**TASK:**
Among the entries below, find the line with "f 725 15 16", then quote it and each following line up to and including the line with "f 117 513 514", and nothing else.

**DATA RECORDS:**
-*-*-

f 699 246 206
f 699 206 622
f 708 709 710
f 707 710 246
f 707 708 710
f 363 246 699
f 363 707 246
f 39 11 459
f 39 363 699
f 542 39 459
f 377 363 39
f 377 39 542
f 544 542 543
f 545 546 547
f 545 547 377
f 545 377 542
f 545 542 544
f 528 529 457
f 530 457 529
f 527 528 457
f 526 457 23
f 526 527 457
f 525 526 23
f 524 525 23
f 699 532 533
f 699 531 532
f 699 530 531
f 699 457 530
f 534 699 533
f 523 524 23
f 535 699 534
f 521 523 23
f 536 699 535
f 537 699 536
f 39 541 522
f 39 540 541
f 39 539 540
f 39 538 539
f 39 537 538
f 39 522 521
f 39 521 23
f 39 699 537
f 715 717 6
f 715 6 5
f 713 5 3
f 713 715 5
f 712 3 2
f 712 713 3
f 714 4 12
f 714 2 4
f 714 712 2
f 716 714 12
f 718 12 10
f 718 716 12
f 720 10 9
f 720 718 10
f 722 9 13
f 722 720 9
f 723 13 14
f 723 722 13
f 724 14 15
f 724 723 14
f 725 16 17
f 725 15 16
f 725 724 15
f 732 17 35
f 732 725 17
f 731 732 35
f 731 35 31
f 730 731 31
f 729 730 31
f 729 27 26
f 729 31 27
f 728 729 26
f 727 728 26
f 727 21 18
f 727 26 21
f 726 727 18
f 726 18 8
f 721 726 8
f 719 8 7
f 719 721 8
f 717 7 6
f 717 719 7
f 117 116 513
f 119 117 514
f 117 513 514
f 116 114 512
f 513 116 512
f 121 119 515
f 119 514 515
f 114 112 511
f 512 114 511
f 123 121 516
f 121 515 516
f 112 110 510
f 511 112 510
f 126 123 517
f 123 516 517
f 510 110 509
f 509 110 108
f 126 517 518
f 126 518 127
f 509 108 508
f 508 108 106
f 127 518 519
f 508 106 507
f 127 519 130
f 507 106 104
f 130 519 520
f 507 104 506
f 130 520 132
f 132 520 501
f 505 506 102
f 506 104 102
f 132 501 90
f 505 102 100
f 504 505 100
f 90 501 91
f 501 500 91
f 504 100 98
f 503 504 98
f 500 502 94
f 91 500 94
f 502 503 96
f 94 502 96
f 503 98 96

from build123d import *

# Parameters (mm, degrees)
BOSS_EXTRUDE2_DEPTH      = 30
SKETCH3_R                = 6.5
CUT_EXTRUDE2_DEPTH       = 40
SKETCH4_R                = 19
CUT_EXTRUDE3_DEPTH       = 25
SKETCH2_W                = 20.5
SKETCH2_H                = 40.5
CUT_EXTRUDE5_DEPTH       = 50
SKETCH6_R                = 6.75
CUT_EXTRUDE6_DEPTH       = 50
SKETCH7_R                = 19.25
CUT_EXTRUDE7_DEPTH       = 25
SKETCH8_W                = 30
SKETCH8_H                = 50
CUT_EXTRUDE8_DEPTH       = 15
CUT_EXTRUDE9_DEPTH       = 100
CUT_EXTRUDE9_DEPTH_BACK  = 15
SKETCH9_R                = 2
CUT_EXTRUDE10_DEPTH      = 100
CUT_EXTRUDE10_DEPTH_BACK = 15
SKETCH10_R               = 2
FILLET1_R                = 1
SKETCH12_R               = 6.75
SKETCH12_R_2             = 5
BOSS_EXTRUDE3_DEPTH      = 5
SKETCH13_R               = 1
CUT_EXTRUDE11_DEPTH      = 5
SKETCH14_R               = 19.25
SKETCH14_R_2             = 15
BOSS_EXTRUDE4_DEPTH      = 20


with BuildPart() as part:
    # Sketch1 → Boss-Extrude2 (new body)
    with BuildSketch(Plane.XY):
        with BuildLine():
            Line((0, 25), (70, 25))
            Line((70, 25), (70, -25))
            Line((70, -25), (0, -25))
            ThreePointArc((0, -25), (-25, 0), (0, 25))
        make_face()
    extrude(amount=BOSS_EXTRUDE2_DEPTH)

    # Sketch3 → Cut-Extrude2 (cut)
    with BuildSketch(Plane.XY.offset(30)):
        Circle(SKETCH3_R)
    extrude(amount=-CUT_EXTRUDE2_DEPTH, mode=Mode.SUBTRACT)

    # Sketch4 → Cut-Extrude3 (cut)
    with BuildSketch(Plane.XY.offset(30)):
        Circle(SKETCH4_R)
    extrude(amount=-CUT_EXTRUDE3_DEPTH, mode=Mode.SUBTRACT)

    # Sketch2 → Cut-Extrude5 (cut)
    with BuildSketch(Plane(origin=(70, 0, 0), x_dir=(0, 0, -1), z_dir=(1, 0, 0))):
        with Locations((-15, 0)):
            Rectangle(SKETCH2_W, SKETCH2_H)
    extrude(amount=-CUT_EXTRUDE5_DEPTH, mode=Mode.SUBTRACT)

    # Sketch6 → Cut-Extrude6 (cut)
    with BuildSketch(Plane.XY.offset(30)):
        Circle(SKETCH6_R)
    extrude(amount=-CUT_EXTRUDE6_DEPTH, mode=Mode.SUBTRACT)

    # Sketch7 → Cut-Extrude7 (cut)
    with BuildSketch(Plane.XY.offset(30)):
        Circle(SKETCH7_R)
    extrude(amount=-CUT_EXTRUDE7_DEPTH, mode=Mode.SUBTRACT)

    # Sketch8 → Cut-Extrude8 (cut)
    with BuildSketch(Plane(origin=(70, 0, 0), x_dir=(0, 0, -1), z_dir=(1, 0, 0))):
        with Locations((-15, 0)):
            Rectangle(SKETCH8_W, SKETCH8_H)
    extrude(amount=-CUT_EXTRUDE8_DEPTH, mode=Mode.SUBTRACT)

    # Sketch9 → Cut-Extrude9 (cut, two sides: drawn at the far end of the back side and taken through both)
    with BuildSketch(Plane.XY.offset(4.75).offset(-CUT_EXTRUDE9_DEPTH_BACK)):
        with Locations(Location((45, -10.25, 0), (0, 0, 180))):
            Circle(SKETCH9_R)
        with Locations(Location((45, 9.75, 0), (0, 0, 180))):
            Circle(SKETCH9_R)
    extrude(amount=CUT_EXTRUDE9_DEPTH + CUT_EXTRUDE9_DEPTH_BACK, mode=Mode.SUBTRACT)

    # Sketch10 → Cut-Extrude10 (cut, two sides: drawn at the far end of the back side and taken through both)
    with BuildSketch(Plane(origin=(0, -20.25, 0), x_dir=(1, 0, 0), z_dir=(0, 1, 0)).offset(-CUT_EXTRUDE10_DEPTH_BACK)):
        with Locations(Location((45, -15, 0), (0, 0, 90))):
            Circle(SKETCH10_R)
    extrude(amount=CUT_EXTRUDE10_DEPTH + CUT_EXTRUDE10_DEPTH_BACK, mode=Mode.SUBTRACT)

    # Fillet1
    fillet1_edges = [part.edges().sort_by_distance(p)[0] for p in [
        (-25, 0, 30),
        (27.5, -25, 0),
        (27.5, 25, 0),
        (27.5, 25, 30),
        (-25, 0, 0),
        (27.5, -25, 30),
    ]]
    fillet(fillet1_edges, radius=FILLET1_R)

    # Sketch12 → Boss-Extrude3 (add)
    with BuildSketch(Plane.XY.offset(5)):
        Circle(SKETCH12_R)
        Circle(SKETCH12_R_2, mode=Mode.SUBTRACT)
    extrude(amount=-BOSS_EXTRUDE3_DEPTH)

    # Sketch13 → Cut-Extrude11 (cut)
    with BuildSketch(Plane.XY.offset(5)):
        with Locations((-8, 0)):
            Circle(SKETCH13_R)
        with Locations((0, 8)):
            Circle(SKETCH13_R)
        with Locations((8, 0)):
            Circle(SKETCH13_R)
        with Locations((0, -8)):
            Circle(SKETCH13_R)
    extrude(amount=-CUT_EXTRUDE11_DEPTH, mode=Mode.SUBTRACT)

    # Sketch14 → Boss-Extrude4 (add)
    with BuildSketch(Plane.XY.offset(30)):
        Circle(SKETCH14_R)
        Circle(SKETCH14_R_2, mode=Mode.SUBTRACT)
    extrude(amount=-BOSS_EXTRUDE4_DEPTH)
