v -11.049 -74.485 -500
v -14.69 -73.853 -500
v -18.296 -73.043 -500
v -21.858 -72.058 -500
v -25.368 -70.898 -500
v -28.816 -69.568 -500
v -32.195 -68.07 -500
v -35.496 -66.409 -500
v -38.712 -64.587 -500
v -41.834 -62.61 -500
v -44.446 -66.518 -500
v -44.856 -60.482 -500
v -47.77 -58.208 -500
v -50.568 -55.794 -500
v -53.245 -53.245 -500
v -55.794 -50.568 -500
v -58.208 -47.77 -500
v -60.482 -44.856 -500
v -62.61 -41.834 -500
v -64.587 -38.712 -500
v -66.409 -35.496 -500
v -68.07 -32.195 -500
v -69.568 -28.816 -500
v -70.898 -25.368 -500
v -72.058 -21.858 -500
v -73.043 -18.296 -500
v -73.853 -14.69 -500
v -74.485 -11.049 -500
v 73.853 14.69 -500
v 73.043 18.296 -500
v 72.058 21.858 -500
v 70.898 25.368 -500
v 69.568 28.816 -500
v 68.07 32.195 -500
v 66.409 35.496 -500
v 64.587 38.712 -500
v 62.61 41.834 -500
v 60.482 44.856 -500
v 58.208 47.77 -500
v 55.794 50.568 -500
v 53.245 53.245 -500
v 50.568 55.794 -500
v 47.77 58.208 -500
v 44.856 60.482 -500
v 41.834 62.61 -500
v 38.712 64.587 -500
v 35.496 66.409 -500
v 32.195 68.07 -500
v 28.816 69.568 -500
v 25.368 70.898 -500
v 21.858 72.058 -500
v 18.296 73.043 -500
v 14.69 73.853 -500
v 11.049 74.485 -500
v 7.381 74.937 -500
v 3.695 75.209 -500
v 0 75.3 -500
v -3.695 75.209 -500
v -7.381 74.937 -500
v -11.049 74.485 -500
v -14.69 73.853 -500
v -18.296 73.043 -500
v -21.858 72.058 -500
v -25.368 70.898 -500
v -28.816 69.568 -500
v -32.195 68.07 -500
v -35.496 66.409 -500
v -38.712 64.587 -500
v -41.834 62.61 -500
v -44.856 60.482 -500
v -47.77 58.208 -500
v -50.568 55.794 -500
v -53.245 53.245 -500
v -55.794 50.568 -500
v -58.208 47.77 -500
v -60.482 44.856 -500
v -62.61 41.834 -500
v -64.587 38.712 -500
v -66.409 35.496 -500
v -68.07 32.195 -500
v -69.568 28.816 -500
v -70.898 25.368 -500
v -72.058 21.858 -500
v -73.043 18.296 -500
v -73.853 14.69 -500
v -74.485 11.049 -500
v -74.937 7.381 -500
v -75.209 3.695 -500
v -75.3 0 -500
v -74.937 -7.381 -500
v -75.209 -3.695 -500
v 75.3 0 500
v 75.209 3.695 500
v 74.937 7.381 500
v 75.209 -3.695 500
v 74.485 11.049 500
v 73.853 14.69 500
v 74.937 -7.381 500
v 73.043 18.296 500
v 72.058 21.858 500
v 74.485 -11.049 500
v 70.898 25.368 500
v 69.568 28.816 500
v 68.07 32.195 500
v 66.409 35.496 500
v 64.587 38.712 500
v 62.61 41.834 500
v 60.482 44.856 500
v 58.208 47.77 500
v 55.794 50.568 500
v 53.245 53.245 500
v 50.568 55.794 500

-*-*-

**EXPECTED ANSWER:**
f 725 15 16
f 725 724 15
f 732 17 35
f 732 725 17
f 731 732 35
f 731 35 31
f 730 731 31
f 729 730 31
f 729 27 26
f 729 31 27
f 728 729 26
f 727 728 26
f 727 21 18
f 727 26 21
f 726 727 18
f 726 18 8
f 721 726 8
f 719 8 7
f 719 721 8
f 717 7 6
f 717 719 7
f 117 116 513
f 119 117 514
f 117 513 514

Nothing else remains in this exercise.